[Stored data entries]

-*-

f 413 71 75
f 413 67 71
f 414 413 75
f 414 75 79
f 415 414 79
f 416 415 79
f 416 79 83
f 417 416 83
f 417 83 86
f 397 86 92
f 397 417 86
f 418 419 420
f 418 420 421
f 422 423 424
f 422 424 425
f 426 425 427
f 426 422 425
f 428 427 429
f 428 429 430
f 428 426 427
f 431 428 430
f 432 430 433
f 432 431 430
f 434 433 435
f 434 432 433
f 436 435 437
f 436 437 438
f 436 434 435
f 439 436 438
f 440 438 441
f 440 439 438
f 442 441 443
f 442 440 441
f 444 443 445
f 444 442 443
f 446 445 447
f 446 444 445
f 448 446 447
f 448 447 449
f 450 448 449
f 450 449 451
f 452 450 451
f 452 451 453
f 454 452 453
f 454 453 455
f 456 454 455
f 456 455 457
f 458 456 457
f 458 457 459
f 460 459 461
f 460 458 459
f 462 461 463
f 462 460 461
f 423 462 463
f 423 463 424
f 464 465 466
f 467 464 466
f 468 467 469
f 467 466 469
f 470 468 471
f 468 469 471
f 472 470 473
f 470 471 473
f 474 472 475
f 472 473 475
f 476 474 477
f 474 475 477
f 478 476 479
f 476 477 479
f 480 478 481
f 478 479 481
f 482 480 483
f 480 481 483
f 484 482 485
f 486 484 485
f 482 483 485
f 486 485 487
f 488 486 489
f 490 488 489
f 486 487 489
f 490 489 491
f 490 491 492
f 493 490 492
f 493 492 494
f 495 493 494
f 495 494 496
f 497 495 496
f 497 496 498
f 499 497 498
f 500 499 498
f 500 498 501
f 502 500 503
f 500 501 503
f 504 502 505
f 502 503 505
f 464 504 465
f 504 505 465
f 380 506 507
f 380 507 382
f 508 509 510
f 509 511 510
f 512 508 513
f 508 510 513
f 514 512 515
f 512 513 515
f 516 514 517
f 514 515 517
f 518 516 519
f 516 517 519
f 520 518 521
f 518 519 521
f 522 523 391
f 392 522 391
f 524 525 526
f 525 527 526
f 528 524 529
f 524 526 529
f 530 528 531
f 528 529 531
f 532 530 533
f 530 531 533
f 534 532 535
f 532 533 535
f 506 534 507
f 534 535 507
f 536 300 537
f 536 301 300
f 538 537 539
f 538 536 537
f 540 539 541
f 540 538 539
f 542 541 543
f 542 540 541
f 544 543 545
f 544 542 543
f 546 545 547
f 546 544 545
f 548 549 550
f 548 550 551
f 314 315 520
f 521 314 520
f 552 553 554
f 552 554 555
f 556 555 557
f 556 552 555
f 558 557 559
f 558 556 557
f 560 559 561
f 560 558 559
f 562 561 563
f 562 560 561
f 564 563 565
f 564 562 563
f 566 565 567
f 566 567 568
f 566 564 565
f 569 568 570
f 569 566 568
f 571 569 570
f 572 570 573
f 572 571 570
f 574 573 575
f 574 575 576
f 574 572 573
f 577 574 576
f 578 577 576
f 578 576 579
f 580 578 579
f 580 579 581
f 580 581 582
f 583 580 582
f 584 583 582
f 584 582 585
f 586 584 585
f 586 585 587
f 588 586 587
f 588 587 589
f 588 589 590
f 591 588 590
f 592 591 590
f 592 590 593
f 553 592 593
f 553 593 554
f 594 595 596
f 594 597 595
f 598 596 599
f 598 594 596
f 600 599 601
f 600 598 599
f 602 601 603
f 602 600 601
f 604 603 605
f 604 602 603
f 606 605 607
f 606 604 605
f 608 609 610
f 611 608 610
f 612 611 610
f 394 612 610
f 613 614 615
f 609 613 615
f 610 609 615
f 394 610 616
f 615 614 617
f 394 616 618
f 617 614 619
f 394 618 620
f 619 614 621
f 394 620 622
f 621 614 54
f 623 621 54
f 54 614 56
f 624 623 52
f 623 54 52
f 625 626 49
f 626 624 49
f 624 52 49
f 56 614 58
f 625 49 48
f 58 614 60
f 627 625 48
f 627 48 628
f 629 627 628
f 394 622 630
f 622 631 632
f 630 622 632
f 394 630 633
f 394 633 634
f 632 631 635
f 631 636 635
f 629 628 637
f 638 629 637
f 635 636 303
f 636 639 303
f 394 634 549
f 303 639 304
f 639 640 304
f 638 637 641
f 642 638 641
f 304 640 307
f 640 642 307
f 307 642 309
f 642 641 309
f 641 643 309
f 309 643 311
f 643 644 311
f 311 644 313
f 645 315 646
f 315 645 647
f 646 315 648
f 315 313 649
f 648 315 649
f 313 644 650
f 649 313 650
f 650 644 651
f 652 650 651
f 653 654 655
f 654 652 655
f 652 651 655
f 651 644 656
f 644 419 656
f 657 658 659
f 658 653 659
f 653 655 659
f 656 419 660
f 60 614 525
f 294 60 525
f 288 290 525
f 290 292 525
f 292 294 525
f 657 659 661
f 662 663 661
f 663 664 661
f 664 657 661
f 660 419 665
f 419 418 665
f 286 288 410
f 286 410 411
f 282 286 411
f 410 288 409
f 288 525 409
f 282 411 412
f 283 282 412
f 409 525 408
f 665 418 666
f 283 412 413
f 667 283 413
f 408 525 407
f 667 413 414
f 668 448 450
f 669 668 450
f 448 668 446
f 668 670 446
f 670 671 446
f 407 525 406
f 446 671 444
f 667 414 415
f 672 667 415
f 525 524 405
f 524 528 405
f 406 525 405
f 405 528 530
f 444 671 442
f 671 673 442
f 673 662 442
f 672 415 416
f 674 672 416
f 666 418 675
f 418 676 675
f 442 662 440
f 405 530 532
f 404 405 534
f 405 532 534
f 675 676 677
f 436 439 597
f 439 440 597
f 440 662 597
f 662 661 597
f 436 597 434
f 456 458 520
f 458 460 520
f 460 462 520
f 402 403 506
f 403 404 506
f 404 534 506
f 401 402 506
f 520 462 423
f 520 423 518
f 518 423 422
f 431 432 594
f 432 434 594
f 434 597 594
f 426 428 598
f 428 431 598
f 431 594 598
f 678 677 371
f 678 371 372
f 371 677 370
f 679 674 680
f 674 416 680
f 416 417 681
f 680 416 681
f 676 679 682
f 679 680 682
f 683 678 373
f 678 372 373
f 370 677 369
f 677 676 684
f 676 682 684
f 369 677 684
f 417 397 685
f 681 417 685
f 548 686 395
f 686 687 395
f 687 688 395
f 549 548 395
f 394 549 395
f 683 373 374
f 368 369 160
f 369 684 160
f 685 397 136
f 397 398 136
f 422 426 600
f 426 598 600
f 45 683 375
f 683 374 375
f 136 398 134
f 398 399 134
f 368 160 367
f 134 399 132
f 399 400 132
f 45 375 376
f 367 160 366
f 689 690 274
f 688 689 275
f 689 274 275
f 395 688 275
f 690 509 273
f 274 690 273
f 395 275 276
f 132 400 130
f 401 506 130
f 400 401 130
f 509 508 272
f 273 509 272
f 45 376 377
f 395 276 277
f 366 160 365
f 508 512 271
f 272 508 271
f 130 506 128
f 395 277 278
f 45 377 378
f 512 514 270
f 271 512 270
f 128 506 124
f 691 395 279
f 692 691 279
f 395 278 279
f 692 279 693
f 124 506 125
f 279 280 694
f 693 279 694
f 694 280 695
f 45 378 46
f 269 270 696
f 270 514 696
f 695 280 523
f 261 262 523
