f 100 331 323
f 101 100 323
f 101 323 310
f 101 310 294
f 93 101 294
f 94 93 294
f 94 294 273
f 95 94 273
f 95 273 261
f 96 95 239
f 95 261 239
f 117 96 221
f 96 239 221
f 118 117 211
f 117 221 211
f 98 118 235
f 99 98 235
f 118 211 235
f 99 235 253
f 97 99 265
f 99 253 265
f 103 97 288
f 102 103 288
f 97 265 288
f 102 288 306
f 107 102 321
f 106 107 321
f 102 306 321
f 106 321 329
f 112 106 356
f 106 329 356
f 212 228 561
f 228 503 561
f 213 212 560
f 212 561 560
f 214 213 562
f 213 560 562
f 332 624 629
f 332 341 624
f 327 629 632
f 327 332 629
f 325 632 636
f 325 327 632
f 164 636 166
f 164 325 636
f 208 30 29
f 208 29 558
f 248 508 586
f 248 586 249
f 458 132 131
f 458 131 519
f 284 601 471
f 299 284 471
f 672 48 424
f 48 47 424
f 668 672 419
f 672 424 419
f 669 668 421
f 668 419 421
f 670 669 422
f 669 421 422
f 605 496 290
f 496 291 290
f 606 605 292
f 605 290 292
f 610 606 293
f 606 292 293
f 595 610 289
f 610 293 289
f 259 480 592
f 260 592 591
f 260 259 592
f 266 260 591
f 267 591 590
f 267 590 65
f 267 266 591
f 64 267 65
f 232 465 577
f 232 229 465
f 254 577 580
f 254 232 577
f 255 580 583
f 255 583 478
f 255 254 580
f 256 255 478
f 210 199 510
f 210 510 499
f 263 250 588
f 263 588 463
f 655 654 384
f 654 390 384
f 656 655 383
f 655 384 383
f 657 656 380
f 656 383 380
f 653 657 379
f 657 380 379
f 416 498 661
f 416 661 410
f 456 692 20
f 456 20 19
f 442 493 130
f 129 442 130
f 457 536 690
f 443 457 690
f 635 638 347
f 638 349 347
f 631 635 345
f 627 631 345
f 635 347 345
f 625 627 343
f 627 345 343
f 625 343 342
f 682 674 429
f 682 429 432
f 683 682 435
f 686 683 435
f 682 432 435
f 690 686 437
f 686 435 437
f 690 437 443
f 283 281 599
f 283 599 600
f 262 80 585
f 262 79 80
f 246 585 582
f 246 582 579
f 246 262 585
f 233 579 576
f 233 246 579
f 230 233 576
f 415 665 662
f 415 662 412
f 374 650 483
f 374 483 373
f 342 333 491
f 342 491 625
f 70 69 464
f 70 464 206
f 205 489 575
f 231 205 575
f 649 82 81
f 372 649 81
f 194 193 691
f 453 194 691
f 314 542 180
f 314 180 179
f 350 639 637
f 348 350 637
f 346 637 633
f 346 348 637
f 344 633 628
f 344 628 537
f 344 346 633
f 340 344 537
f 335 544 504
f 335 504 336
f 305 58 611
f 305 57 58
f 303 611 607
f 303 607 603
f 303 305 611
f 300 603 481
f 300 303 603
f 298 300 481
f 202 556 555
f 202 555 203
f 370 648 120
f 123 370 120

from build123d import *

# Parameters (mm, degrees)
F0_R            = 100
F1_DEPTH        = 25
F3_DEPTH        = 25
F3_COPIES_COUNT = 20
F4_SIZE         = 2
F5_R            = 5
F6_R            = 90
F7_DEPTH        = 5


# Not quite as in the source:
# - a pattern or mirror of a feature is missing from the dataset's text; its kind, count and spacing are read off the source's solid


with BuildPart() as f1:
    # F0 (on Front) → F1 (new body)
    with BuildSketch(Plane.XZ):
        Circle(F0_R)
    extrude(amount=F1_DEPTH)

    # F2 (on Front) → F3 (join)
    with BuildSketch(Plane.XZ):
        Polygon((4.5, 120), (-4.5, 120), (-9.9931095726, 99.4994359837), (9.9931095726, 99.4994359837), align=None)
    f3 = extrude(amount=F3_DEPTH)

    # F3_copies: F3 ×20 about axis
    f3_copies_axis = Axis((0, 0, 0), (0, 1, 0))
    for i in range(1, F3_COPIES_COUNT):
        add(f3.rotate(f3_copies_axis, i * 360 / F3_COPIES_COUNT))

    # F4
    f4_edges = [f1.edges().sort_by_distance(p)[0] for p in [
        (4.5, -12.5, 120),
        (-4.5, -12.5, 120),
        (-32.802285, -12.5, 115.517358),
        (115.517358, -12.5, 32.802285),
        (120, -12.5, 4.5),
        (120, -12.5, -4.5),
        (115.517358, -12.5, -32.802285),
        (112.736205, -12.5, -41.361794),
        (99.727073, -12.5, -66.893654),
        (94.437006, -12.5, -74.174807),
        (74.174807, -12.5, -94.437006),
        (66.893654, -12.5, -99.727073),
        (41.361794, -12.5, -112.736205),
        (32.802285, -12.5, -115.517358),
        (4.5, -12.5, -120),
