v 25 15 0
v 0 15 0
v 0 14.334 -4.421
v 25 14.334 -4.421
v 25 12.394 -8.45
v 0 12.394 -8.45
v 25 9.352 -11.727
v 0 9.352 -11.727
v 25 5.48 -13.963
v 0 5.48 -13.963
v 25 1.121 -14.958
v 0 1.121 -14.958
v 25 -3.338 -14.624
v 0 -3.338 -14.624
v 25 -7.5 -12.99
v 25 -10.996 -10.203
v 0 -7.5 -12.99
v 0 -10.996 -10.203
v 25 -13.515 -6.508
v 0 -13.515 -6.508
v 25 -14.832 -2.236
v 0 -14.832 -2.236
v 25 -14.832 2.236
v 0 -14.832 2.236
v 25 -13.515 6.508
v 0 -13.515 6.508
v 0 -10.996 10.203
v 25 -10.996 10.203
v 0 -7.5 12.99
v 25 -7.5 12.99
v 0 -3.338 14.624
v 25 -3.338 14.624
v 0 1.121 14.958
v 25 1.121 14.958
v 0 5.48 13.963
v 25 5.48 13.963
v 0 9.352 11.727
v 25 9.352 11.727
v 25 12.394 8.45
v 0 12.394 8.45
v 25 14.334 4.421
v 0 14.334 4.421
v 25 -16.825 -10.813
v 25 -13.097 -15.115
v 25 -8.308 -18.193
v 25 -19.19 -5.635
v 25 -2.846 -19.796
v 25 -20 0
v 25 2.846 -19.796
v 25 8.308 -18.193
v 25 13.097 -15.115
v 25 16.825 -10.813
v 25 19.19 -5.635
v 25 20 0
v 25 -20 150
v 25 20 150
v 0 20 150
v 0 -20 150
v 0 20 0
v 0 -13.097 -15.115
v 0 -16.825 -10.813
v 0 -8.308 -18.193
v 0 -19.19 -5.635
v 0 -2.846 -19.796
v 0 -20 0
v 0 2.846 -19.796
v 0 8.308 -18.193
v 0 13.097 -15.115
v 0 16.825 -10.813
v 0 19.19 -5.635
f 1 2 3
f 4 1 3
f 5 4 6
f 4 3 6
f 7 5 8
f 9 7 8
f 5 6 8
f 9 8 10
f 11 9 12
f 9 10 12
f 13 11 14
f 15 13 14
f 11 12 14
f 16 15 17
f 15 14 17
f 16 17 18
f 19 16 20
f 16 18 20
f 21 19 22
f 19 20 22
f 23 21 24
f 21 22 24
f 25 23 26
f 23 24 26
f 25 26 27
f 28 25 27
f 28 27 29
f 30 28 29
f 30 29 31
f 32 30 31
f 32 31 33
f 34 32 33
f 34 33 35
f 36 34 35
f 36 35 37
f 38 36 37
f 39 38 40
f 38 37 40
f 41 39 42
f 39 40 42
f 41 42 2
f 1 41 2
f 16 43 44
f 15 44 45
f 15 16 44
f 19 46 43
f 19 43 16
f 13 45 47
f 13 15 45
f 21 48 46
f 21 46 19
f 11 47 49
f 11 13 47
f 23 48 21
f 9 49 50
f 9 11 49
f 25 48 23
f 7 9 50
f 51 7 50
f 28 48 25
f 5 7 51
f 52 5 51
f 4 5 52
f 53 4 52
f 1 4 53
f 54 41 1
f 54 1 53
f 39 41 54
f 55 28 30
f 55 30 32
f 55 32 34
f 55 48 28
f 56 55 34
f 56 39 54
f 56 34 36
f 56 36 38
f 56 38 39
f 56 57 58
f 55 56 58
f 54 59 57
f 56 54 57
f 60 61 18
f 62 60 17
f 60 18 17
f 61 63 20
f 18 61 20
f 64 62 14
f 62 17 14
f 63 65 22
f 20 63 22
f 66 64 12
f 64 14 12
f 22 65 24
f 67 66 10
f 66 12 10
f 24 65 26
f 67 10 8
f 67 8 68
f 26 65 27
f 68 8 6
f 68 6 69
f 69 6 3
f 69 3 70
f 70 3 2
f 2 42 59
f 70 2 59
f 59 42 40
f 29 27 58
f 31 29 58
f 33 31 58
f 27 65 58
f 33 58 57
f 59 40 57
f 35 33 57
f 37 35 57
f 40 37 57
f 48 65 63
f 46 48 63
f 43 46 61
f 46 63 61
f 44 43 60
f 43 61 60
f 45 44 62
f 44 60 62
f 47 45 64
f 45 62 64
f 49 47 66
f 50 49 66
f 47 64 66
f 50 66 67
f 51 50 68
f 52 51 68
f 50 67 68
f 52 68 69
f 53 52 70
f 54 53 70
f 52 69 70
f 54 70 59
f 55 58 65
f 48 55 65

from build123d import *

# Parameters (mm, degrees)
F1_DEPTH = 25


with BuildPart() as f1:
    # F0 (on Right) → F1 (new body)
    with BuildSketch(Plane.YZ):
        with BuildLine():
            ThreePointArc((-15, 0), (0, 15), (15, 0))
            Line((15, 0), (20, 0))
            ThreePointArc((20, 0), (0, 20), (-20, 0))
            Line((-20, 0), (-15, 0))
        make_face()
        with BuildLine():
            Line((20, 0), (15, 0))
            ThreePointArc((15, 0), (0, -15), (-15, 0))
            Line((-15, 0), (-20, 0))
            ThreePointArc((-20, 0), (0, -20), (20, 0))
        make_face()
        with BuildLine():
            ThreePointArc((-20, 0), (0, 20), (20, 0))
            Line((20, 0), (20, 150))
            Line((20, 150), (-20, 150))
            Line((-20, 150), (-20, 0))
        make_face()
    extrude(amount=F1_DEPTH)


solid = f1.part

-*-

• _TASK DESCRIPTION_: Please print exactly what appears from the first line of the data through the line with "f 521 314 520", including both of those lines and nothing past them.

• _ANSWER TO THIS TASK_:
f 413 71 75
f 413 67 71
f 414 413 75
f 414 75 79
f 415 414 79
f 416 415 79
f 416 79 83
f 417 416 83
f 417 83 86
f 397 86 92
f 397 417 86
f 418 419 420
f 418 420 421
f 422 423 424
f 422 424 425
f 426 425 427
f 426 422 425
f 428 427 429
f 428 429 430
f 428 426 427
f 431 428 430
f 432 430 433
f 432 431 430
f 434 433 435
f 434 432 433
f 436 435 437
f 436 437 438
f 436 434 435
f 439 436 438
f 440 438 441
f 440 439 438
f 442 441 443
f 442 440 441
f 444 443 445
f 444 442 443
f 446 445 447
f 446 444 445
f 448 446 447
f 448 447 449
f 450 448 449
f 450 449 451
f 452 450 451
f 452 451 453
f 454 452 453
f 454 453 455
f 456 454 455
f 456 455 457
f 458 456 457
f 458 457 459
f 460 459 461
f 460 458 459
f 462 461 463
f 462 460 461
f 423 462 463
f 423 463 424
f 464 465 466
f 467 464 466
f 468 467 469
f 467 466 469
f 470 468 471
f 468 469 471
f 472 470 473
f 470 471 473
f 474 472 475
f 472 473 475
f 476 474 477
f 474 475 477
f 478 476 479
f 476 477 479
f 480 478 481
f 478 479 481
f 482 480 483
f 480 481 483
f 484 482 485
f 486 484 485
f 482 483 485
f 486 485 487
f 488 486 489
f 490 488 489
f 486 487 489
f 490 489 491
f 490 491 492
f 493 490 492
f 493 492 494
f 495 493 494
f 495 494 496
f 497 495 496
f 497 496 498
f 499 497 498
f 500 499 498
f 500 498 501
f 502 500 503
f 500 501 503
f 504 502 505
f 502 503 505
f 464 504 465
f 504 505 465
f 380 506 507
f 380 507 382
f 508 509 510
f 509 511 510
f 512 508 513
f 508 510 513
f 514 512 515
f 512 513 515
f 516 514 517
f 514 515 517
f 518 516 519
f 516 517 519
f 520 518 521
f 518 519 521
f 522 523 391
f 392 522 391
f 524 525 526
f 525 527 526
f 528 524 529
f 524 526 529
f 530 528 531
f 528 529 531
f 532 530 533
f 530 531 533
f 534 532 535
f 532 533 535
f 506 534 507
f 534 535 507
f 536 300 537
f 536 301 300
f 538 537 539
f 538 536 537
f 540 539 541
f 540 538 539
f 542 541 543
f 542 540 541
f 544 543 545
f 544 542 543
f 546 545 547
f 546 544 545
f 548 549 550
f 548 550 551
f 314 315 520
f 521 314 520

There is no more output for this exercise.